■ Stored data entries:
··········

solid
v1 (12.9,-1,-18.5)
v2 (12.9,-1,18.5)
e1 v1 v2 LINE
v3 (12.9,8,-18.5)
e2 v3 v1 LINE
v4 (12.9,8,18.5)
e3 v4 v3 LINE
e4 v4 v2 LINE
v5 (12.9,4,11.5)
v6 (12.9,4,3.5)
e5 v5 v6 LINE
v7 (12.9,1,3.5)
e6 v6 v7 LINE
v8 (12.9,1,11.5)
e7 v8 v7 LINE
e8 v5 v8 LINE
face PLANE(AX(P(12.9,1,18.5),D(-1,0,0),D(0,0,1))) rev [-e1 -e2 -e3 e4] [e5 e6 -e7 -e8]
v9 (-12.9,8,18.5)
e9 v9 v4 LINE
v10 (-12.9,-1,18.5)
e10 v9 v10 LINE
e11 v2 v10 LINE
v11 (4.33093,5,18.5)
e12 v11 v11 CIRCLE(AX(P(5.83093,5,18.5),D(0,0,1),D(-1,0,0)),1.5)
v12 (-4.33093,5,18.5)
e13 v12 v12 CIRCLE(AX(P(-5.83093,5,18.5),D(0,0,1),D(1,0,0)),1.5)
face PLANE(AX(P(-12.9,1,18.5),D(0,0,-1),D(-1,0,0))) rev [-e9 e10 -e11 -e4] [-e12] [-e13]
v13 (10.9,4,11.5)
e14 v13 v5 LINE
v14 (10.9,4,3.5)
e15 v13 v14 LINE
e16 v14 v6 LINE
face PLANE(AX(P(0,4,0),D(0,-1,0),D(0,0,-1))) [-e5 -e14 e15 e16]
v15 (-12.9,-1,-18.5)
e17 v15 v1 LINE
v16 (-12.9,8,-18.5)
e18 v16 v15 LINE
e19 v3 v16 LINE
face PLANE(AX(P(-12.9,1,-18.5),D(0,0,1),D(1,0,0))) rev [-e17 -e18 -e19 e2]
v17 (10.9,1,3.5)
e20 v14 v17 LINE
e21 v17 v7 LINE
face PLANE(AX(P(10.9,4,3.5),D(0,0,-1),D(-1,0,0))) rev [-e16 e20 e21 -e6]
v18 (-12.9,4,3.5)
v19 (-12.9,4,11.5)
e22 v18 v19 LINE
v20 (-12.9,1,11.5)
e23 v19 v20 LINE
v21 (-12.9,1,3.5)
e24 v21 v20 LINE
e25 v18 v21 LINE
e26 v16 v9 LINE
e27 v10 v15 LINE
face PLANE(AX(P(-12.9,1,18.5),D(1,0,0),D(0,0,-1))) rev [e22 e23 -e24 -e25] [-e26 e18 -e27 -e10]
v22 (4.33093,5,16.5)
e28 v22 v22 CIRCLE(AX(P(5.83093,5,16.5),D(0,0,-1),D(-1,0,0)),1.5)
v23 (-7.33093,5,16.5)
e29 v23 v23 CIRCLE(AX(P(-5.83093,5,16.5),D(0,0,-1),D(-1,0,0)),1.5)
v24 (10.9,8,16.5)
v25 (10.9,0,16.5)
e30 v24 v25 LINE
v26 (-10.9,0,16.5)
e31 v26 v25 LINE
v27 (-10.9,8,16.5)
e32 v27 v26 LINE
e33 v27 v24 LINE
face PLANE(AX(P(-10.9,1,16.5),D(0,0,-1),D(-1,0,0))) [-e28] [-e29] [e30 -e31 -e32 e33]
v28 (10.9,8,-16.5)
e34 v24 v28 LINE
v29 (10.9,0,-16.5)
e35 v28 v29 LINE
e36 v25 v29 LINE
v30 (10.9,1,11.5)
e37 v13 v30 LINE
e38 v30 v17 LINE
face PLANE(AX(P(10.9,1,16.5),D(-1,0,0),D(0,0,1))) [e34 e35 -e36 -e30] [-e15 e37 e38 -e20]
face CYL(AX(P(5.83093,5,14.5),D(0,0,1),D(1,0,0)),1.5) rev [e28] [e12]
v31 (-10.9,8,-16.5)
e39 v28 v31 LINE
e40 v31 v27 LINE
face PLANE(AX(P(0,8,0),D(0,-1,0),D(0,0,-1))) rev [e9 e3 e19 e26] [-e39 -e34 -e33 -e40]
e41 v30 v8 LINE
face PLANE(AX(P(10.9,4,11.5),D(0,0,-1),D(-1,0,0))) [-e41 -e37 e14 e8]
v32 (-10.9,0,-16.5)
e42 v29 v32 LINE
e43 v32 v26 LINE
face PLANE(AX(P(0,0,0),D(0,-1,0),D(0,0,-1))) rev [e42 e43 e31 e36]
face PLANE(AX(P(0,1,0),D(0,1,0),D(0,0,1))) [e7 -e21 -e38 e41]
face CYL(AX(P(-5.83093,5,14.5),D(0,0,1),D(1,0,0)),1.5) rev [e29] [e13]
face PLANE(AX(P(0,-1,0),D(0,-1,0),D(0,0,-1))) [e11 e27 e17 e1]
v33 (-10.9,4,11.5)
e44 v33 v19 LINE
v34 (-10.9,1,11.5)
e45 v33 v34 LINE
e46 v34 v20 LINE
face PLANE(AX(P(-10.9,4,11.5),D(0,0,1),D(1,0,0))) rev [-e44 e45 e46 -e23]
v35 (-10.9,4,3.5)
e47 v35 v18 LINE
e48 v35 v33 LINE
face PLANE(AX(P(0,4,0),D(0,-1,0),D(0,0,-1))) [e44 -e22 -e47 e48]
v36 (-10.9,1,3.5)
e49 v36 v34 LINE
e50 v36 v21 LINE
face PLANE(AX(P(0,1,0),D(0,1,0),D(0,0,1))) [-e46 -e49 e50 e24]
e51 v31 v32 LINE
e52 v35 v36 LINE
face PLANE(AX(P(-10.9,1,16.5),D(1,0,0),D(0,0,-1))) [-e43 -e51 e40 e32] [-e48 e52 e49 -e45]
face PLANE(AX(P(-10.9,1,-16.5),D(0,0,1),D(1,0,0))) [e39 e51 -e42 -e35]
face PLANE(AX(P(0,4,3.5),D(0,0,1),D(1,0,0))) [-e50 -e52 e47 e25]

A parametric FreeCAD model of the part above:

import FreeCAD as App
import Part
import Sketcher
from FreeCAD import Vector
Q = App.Units.Quantity


def add_polygon(sketch, points):
    """Adds a closed chain of lines whose ends are joined by coincident constraints."""
    first, n = sketch.GeometryCount, len(points)
    for a, b in zip(points, points[1:] + points[:1]):
        sketch.addGeometry(Part.LineSegment(App.Vector(*a, 0), App.Vector(*b, 0)), False)
    for i in range(n):
        sketch.addConstraint(Sketcher.Constraint("Coincident", first + i, 2, first + (i + 1) % n, 1))

doc = App.newDocument("Part")
body = doc.addObject("PartDesign::Body", "Body")

sketch1 = body.newObject("Sketcher::SketchObject", "Sketch")
sketch1.AttachmentSupport = (doc.getObject("XZ_Plane"), [""])
sketch1.MapMode = "FlatFace"
add_polygon(sketch1, [(-13, -18), (-13, 18), (13, 18), (13, -18)])
add_polygon(sketch1, [(11, 16), (-11, 16), (-11, -16), (11, -16)])
sketch1.addConstraint([
    Sketcher.Constraint("Vertical", 0),
    Sketcher.Constraint("Horizontal", 1),
    Sketcher.Constraint("Vertical", 2),
    Sketcher.Constraint("Horizontal", 3),
    Sketcher.Constraint("Horizontal", 4),
    Sketcher.Constraint("Vertical", 5),
    Sketcher.Constraint("Horizontal", 6),
    Sketcher.Constraint("Vertical", 7),
    Sketcher.Constraint("Symmetric", 0, 2, 2, 2, -1, 1),
    Sketcher.Constraint("Symmetric", 4, 2, 6, 2, -1, 1),
    Sketcher.Constraint("DistanceY", 0, 1, 0, 2, Q("37 mm")),
    Sketcher.Constraint("DistanceY", 5, 2, 5, 1, Q("33 mm")),
    Sketcher.Constraint("DistanceX", 1, 1, 1, 2, Q("25.8 mm")),
    Sketcher.Constraint("DistanceX", 4, 2, 4, 1, Q("21.8 mm")),
])
pad1 = body.newObject("PartDesign::Pad", "Pad")
pad1.Profile = sketch1
pad1.Length = 1
pad1.Reversed = True

sketch2 = body.newObject("Sketcher::SketchObject", "Sketch001")
sketch2.AttachmentSupport = (doc.getObject("XZ_Plane"), [""])
sketch2.MapMode = "FlatFace"
sketch2.AttachmentOffset = App.Placement(Vector(0, 0, -1), App.Rotation())
add_polygon(sketch2, [(-12.9, 11.5), (-12.9, 18.5), (12.9, 18.5), (12.9, 11.5), (10.9, 11.5), (10.9, 16.5), (-10.9, 16.5), (-10.9, 11.5)])
add_polygon(sketch2, [(-12.9, -18.5), (-12.9, 3.5), (-10.9, 3.5), (-10.9, -16.5), (10.9, -16.5), (10.9, 3.5), (12.9, 3.5), (12.9, -18.5)])
sketch2.addConstraint([
    Sketcher.Constraint("Vertical", 0),
    Sketcher.Constraint("Horizontal", 1),
    Sketcher.Constraint("Vertical", 2),
    Sketcher.Constraint("Horizontal", 3),
    Sketcher.Constraint("Vertical", 4),
    Sketcher.Constraint("Horizontal", 5),
    Sketcher.Constraint("Vertical", 6),
    Sketcher.Constraint("Horizontal", 7),
    Sketcher.Constraint("Vertical", 8),
    Sketcher.Constraint("Horizontal", 9),
    Sketcher.Constraint("Vertical", 10),
    Sketcher.Constraint("Horizontal", 11),
    Sketcher.Constraint("Vertical", 12),
    Sketcher.Constraint("Horizontal", 13),
    Sketcher.Constraint("Vertical", 14),
    Sketcher.Constraint("Horizontal", 15),
    Sketcher.Constraint("Symmetric", 4, 2, 10, 2, -1, 1),
    Sketcher.Constraint("Symmetric", 0, 2, 14, 2, -1, 1),
    Sketcher.Constraint("Symmetric", 3, 2, 6, 2, -2),
    Sketcher.Constraint("Symmetric", 9, 2, 12, 2, -2),
    Sketcher.Constraint("Vertical", 7, 2, 8, 2),
    Sketcher.Constraint("Vertical", 2, 2, 13, 2),
    Sketcher.Constraint("DistanceX", 3, 2, 3, 1, Q("2 mm")),
    Sketcher.Constraint("DistanceY", 0, 1, 0, 2, Q("7 mm")),
    Sketcher.Constraint("DistanceY", 4, 1, 4, 2, Q("5 mm")),
    Sketcher.Constraint("DistanceY", 8, 1, 8, 2, Q("22 mm")),
    Sketcher.Constraint("DistanceX", 1, 1, 1, 2, Q("25.8 mm")),
    Sketcher.Constraint("DistanceY", 8, 2, 7, 2, Q("8 mm")),
])
pad2 = body.newObject("PartDesign::Pad", "Pad001")
pad2.Profile = sketch2
pad2.Length = 3
pad2.Reversed = True

sketch3 = body.newObject("Sketcher::SketchObject", "Sketch002")
sketch3.AttachmentSupport = (doc.getObject("XZ_Plane"), [""])
sketch3.MapMode = "FlatFace"
add_polygon(sketch3, [(-13, 18), (-13, -18), (13, -18), (13, 18)])
sketch3.addConstraint([
    Sketcher.Constraint("Vertical", 0),
    Sketcher.Constraint("Horizontal", 1),
    Sketcher.Constraint("Vertical", 2),
    Sketcher.Constraint("Horizontal", 3),
    Sketcher.Constraint("Symmetric", 0, 2, 2, 2, -1, 1),
    Sketcher.Constraint("DistanceY", 0, 2, 0, 1, Q("37 mm")),
    Sketcher.Constraint("DistanceX", 1, 1, 1, 2, Q("25.8 mm")),
])
pad3 = body.newObject("PartDesign::Pad", "Pad002")
pad3.Profile = sketch3
pad3.Length = 1

sketch4 = body.newObject("Sketcher::SketchObject", "Sketch003")
sketch4.AttachmentSupport = (doc.getObject("XZ_Plane"), [""])
sketch4.MapMode = "FlatFace"
sketch4.AttachmentOffset = App.Placement(Vector(0, 0, -4), App.Rotation())
add_polygon(sketch4, [(-13, -18), (-13, 18), (13, 18), (13, -18)])
add_polygon(sketch4, [(11, 16), (-11, 16), (-11, -16), (11, -16)])
sketch4.addConstraint([
    Sketcher.Constraint("Vertical", 0),
    Sketcher.Constraint("Horizontal", 1),
    Sketcher.Constraint("Vertical", 2),
    Sketcher.Constraint("Horizontal", 3),
    Sketcher.Constraint("Horizontal", 4),
    Sketcher.Constraint("Vertical", 5),
    Sketcher.Constraint("Horizontal", 6),
    Sketcher.Constraint("Vertical", 7),
    Sketcher.Constraint("Symmetric", 0, 2, 2, 2, -1, 1),
    Sketcher.Constraint("Symmetric", 4, 2, 6, 2, -1, 1),
    Sketcher.Constraint("DistanceY", 0, 1, 0, 2, Q("37 mm")),
    Sketcher.Constraint("DistanceY", 5, 2, 5, 1, Q("33 mm")),
    Sketcher.Constraint("DistanceX", 1, 1, 1, 2, Q("25.8 mm")),
    Sketcher.Constraint("DistanceX", 4, 2, 4, 1, Q("21.8 mm")),
])
pad4 = body.newObject("PartDesign::Pad", "Pad003")
pad4.Profile = sketch4
pad4.Length = 4
pad4.Reversed = True

sketch5 = body.newObject("Sketcher::SketchObject", "Sketch004")
sketch5.AttachmentSupport = (doc.getObject("XY_Plane"), [""])
sketch5.MapMode = "FlatFace"
sketch5.AttachmentOffset = App.Placement(Vector(0, 0, 18.5), App.Rotation())
sketch5.addGeometry([
    Part.Circle(Vector(-5.8, 5, 0), Vector(0, 0, 1), 1.5),
    Part.Circle(Vector(5.8, 5, 0), Vector(0, 0, 1), 1.5),
], False)
sketch5.addConstraint([
    Sketcher.Constraint("Equal", 0, 1),
    Sketcher.Constraint("Symmetric", 0, 3, 1, 3, -2),
    Sketcher.Constraint("Diameter", 0, Q("3 mm")),
    Sketcher.Constraint("DistanceY", -1, 1, 0, 3, Q("5 mm")),
    Sketcher.Constraint("DistanceX", 0, 3, -1, 1, Q("5.83093 mm")),
])
pocket1 = body.newObject("PartDesign::Pocket", "Pocket")
pocket1.Profile = sketch5
pocket1.Length = 4

doc.recompute()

··········

■ PROBLEM REQUIREMENTS: Retype, exactly and in full, the lines above from the one containing "v32 (-10.9,0,-16.5)" through the one containing "e52 v35 v36 LINE".

■ ANSWER SPACE:
v32 (-10.9,0,-16.5)
e42 v29 v32 LINE
e43 v32 v26 LINE
face PLANE(AX(P(0,0,0),D(0,-1,0),D(0,0,-1))) rev [e42 e43 e31 e36]
face PLANE(AX(P(0,1,0),D(0,1,0),D(0,0,1))) [e7 -e21 -e38 e41]
face CYL(AX(P(-5.83093,5,14.5),D(0,0,1),D(1,0,0)),1.5) rev [e29] [e13]
face PLANE(AX(P(0,-1,0),D(0,-1,0),D(0,0,-1))) [e11 e27 e17 e1]
v33 (-10.9,4,11.5)
e44 v33 v19 LINE
v34 (-10.9,1,11.5)
e45 v33 v34 LINE
e46 v34 v20 LINE
face PLANE(AX(P(-10.9,4,11.5),D(0,0,1),D(1,0,0))) rev [-e44 e45 e46 -e23]
v35 (-10.9,4,3.5)
e47 v35 v18 LINE
e48 v35 v33 LINE
face PLANE(AX(P(0,4,0),D(0,-1,0),D(0,0,-1))) [e44 -e22 -e47 e48]
v36 (-10.9,1,3.5)
e49 v36 v34 LINE
e50 v36 v21 LINE
face PLANE(AX(P(0,1,0),D(0,1,0),D(0,0,1))) [-e46 -e49 e50 e24]
e51 v31 v32 LINE
e52 v35 v36 LINE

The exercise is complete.